» **YOUR TASK**
Please repeat the lines below, exactly and only, from the one that holds "v -59.735 -33.02 -34.752" through the one that holds "v -60.327 -37.713 -30.224".

....

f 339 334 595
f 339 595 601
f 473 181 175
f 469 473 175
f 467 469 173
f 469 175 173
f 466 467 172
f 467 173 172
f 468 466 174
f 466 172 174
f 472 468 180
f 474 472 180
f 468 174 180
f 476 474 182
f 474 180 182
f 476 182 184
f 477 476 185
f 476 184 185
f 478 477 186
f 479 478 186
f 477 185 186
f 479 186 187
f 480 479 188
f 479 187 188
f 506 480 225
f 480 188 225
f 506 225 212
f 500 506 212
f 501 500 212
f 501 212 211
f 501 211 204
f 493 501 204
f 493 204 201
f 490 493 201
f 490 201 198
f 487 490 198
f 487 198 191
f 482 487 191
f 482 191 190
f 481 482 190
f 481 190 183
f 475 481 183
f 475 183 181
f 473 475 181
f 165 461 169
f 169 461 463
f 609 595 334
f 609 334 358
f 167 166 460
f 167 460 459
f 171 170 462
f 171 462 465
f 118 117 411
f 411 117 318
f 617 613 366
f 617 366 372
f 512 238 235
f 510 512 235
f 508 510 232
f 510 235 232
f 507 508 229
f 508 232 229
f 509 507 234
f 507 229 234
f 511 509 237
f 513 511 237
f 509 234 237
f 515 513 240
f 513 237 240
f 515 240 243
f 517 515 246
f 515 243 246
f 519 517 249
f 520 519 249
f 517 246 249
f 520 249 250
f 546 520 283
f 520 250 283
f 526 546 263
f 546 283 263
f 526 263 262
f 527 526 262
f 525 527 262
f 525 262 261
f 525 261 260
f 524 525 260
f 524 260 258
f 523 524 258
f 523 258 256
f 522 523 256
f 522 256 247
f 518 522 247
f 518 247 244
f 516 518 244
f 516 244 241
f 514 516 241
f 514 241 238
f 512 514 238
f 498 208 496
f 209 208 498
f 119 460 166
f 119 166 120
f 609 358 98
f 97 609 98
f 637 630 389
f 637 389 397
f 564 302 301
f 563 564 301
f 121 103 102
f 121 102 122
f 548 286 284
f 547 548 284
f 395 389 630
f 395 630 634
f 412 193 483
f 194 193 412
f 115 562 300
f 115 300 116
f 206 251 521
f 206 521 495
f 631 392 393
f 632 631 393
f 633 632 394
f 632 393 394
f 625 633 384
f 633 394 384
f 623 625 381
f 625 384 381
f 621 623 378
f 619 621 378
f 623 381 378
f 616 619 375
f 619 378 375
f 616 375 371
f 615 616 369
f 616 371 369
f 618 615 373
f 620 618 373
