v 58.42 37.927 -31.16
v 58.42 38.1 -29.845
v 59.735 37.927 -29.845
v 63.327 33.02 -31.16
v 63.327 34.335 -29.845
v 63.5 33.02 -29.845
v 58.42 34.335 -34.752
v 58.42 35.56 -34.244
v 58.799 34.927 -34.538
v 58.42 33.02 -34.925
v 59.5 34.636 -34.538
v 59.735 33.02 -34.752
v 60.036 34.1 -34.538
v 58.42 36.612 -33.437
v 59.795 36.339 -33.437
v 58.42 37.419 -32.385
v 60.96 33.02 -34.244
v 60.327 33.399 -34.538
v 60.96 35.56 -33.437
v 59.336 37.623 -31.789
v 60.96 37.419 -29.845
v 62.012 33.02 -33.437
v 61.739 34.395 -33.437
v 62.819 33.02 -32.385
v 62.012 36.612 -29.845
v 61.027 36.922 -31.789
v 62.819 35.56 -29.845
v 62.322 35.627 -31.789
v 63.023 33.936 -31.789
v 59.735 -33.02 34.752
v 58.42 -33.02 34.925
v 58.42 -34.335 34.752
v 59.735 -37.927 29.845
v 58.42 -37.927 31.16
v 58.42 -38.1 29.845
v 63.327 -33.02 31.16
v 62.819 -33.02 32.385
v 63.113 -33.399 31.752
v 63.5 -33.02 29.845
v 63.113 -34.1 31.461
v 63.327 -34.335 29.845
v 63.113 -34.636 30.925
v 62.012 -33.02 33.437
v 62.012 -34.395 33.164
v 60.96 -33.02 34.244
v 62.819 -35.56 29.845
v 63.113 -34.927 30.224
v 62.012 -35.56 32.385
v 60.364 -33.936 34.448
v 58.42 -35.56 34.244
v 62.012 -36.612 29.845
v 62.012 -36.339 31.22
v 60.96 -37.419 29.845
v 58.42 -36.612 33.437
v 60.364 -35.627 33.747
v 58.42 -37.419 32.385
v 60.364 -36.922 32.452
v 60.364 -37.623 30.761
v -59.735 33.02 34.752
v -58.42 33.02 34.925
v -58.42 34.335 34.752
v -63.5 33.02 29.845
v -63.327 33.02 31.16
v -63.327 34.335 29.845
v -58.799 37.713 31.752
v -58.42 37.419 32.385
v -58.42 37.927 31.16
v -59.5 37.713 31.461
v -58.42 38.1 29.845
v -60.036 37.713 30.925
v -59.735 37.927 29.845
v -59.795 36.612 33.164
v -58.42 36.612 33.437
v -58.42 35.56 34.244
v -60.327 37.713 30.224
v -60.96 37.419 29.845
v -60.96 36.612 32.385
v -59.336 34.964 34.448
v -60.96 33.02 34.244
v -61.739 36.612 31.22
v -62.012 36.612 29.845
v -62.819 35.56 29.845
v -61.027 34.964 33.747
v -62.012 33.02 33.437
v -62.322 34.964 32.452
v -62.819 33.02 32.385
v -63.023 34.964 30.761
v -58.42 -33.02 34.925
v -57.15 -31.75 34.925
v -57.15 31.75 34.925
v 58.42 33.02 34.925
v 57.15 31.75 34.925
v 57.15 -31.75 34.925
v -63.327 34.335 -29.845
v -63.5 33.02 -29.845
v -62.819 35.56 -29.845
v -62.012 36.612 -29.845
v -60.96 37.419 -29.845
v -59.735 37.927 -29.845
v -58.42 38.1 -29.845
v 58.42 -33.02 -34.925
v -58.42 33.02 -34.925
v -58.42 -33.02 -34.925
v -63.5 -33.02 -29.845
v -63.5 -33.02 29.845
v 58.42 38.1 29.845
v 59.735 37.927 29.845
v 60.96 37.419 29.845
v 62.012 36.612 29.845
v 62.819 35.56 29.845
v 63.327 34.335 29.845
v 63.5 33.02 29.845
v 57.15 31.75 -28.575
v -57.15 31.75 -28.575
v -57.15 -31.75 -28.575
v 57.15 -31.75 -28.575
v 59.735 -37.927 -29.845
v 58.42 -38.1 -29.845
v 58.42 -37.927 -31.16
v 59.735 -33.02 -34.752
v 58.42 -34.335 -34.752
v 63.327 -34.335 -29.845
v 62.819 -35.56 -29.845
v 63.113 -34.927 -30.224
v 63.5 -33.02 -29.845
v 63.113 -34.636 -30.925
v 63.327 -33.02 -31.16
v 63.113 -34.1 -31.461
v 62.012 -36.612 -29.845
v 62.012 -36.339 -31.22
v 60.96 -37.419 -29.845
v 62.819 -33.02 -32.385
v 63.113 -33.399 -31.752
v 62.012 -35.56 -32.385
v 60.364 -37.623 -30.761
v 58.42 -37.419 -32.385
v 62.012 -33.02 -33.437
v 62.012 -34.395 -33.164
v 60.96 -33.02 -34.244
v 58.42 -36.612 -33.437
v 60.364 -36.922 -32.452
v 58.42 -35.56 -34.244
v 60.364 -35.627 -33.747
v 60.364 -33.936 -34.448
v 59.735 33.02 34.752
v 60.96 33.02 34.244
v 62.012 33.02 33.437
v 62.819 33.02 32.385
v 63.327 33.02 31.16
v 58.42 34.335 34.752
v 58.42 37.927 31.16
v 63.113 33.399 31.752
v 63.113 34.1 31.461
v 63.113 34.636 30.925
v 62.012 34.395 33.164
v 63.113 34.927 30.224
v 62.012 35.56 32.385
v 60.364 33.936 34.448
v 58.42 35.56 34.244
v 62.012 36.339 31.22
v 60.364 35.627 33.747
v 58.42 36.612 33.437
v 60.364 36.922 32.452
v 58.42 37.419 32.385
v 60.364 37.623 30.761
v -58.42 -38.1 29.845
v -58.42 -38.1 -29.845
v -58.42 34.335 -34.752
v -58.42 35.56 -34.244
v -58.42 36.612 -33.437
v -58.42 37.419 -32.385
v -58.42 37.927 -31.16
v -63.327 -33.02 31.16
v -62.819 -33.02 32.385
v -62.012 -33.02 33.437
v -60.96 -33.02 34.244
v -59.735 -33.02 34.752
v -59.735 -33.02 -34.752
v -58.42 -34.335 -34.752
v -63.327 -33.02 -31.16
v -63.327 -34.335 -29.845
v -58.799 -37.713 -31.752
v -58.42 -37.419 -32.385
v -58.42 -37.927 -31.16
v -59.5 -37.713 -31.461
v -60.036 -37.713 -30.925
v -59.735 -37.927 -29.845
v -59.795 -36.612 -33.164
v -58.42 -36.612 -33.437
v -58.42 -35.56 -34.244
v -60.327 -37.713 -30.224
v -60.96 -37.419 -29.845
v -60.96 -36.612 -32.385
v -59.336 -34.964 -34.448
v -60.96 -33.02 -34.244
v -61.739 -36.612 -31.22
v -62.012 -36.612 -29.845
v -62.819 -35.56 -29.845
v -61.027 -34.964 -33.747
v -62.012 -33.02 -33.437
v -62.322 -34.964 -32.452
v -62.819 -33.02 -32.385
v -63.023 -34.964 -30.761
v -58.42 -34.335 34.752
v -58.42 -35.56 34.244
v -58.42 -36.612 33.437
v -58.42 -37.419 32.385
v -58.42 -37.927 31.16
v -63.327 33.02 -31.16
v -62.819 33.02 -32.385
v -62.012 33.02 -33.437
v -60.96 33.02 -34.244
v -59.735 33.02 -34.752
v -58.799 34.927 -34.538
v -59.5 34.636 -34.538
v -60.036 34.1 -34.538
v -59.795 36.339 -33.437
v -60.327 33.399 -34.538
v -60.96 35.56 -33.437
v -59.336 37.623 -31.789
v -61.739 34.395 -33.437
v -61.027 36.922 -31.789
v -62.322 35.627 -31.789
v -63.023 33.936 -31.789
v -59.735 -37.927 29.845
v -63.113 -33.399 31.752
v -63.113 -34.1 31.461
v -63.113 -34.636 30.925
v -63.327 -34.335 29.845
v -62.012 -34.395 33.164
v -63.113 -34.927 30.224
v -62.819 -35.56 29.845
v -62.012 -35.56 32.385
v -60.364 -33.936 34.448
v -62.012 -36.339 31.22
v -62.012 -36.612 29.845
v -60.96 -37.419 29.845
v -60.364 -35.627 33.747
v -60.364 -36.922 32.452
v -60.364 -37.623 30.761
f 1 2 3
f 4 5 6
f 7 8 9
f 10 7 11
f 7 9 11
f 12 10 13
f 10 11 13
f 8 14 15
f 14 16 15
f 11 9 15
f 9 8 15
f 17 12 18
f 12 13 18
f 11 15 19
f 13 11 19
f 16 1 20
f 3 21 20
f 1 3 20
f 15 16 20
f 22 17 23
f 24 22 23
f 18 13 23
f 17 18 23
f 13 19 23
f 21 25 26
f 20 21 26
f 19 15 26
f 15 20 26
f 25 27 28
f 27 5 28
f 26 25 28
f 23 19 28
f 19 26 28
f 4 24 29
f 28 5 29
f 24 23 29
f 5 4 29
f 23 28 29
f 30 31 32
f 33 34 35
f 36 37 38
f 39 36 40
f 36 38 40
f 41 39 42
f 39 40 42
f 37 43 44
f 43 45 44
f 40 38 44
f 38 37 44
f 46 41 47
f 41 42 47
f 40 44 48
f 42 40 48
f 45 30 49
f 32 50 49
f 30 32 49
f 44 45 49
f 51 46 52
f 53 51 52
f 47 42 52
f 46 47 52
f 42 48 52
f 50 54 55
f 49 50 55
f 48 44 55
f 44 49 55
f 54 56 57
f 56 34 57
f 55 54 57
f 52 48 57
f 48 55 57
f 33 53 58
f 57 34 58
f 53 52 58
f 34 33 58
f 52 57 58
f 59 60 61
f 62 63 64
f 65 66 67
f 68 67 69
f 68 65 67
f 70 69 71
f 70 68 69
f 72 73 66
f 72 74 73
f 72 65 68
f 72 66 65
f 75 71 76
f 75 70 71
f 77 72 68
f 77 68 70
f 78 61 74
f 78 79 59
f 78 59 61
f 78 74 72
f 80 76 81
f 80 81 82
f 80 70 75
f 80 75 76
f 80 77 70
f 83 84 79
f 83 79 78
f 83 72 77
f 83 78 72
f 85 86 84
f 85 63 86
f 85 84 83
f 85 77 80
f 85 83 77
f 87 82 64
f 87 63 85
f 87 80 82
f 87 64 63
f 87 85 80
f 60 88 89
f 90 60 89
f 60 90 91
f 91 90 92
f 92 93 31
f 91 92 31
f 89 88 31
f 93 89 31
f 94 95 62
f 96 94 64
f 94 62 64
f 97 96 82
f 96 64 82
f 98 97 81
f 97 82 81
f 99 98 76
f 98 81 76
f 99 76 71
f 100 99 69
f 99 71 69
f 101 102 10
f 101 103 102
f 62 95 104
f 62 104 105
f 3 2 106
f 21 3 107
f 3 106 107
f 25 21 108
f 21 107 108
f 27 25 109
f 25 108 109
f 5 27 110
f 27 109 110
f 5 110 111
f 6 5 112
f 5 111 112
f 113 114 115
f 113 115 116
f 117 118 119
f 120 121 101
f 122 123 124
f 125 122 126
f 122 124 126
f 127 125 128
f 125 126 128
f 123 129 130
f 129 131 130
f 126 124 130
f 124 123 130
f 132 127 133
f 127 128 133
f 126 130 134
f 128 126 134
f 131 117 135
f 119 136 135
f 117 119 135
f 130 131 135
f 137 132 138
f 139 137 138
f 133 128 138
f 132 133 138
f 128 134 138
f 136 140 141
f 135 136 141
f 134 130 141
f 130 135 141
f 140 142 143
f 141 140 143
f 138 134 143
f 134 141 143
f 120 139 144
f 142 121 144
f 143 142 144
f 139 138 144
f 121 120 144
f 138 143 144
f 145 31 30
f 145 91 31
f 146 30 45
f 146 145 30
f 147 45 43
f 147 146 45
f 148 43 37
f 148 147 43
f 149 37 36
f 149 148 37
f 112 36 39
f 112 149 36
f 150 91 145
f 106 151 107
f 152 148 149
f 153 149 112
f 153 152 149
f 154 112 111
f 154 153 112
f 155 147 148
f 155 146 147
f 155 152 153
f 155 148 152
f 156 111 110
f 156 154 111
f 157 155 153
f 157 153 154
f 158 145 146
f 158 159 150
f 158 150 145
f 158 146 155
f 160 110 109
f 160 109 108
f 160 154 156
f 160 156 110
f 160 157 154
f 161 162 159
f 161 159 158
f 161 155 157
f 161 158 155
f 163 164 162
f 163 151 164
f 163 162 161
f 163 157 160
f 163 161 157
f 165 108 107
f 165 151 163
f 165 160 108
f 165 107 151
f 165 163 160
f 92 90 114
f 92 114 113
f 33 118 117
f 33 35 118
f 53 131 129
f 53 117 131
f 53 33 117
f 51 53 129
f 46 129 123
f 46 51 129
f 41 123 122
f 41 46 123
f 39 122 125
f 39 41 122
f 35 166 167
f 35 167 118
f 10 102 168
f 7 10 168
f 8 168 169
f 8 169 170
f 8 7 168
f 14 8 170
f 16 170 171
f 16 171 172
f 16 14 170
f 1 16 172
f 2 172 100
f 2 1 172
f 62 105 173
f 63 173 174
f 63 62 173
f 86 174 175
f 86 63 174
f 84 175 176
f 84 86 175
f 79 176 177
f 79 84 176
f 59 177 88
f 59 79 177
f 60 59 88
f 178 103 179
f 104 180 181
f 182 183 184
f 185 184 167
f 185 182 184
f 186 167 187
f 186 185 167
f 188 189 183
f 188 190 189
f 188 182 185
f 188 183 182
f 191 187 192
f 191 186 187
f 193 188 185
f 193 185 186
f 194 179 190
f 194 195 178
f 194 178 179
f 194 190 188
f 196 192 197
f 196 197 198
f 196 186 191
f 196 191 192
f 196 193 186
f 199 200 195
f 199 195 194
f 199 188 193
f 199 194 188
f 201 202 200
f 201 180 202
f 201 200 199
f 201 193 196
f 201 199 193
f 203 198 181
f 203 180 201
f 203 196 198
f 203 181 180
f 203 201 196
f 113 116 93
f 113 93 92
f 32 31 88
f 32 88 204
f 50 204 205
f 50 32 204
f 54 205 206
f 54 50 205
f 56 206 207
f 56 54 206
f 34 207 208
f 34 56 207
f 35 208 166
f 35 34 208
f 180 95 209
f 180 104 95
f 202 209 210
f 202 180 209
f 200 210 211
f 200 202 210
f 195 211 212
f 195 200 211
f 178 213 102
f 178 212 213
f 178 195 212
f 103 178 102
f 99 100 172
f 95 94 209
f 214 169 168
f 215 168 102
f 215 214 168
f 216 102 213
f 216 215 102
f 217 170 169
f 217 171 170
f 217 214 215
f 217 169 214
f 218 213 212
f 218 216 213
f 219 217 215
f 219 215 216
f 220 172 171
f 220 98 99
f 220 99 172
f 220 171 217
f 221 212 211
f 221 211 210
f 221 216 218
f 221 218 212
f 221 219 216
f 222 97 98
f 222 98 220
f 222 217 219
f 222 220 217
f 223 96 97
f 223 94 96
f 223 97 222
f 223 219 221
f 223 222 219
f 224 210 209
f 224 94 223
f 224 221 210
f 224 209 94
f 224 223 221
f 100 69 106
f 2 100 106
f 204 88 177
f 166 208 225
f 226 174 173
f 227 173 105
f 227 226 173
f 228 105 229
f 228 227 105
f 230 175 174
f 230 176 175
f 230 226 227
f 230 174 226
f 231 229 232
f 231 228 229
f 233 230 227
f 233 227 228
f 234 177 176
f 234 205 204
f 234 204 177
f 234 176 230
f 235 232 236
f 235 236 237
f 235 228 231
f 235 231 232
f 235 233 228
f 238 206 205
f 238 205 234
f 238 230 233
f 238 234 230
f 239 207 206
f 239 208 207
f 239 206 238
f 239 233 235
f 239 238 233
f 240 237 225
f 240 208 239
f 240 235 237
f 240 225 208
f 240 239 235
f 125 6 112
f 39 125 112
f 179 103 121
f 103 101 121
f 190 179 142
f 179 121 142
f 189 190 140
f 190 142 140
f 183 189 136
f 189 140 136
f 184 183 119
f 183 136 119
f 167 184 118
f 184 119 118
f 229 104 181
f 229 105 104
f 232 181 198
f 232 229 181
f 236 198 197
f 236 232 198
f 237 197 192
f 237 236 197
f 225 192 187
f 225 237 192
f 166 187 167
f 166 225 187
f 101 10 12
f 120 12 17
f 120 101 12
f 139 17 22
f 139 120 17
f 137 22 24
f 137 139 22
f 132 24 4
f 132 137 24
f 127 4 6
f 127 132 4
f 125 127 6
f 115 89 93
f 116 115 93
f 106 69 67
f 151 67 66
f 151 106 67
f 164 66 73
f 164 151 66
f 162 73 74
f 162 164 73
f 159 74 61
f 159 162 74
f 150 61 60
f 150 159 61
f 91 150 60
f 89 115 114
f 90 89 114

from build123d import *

# Parameters (mm, degrees)
F0_W     = 127
F0_H     = 69.85
F1_DEPTH = 38.1
F2_W     = 114.3
F2_H     = 63.5
F3_DEPTH = 63.5
F4_R     = 5.08


with BuildPart() as f1:
    # F0 (on Front) → F1 (new body, symmetric)
    with BuildSketch(Plane.XZ):
        Rectangle(F0_W, F0_H)
    extrude(amount=F1_DEPTH, both=True)

    # F2 (on face) → F3 (cut)
    with BuildSketch(Plane.XY.offset(34.925)):
        Rectangle(F2_W, F2_H)
    extrude(amount=-F3_DEPTH, mode=Mode.SUBTRACT)

    # F4
    f4_edges = [f1.edges().sort_by_distance(p)[0] for p in [
        (0, -38.1, 34.925),
        (-63.5, 0, 34.925),
        (0, 38.1, 34.925),
        (63.5, 0, 34.925),
        (63.5, 38.1, 0),
        (-63.5, 38.1, 0),
        (0, 38.1, -34.925),
        (-63.5, 0, -34.925),
        (0, -38.1, -34.925),
        (63.5, -38.1, 0),
        (63.5, 0, -34.925),
        (-63.5, -38.1, 0),
    ]]
    fillet(f4_edges, radius=F4_R)


solid = f1.part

....

» **ANSWER FOR THIS EXERCISE**
v -59.735 -33.02 -34.752
v -58.42 -34.335 -34.752
v -63.327 -33.02 -31.16
v -63.327 -34.335 -29.845
v -58.799 -37.713 -31.752
v -58.42 -37.419 -32.385
v -58.42 -37.927 -31.16
v -59.5 -37.713 -31.461
v -60.036 -37.713 -30.925
v -59.735 -37.927 -29.845
v -59.795 -36.612 -33.164
v -58.42 -36.612 -33.437
v -58.42 -35.56 -34.244
v -60.327 -37.713 -30.224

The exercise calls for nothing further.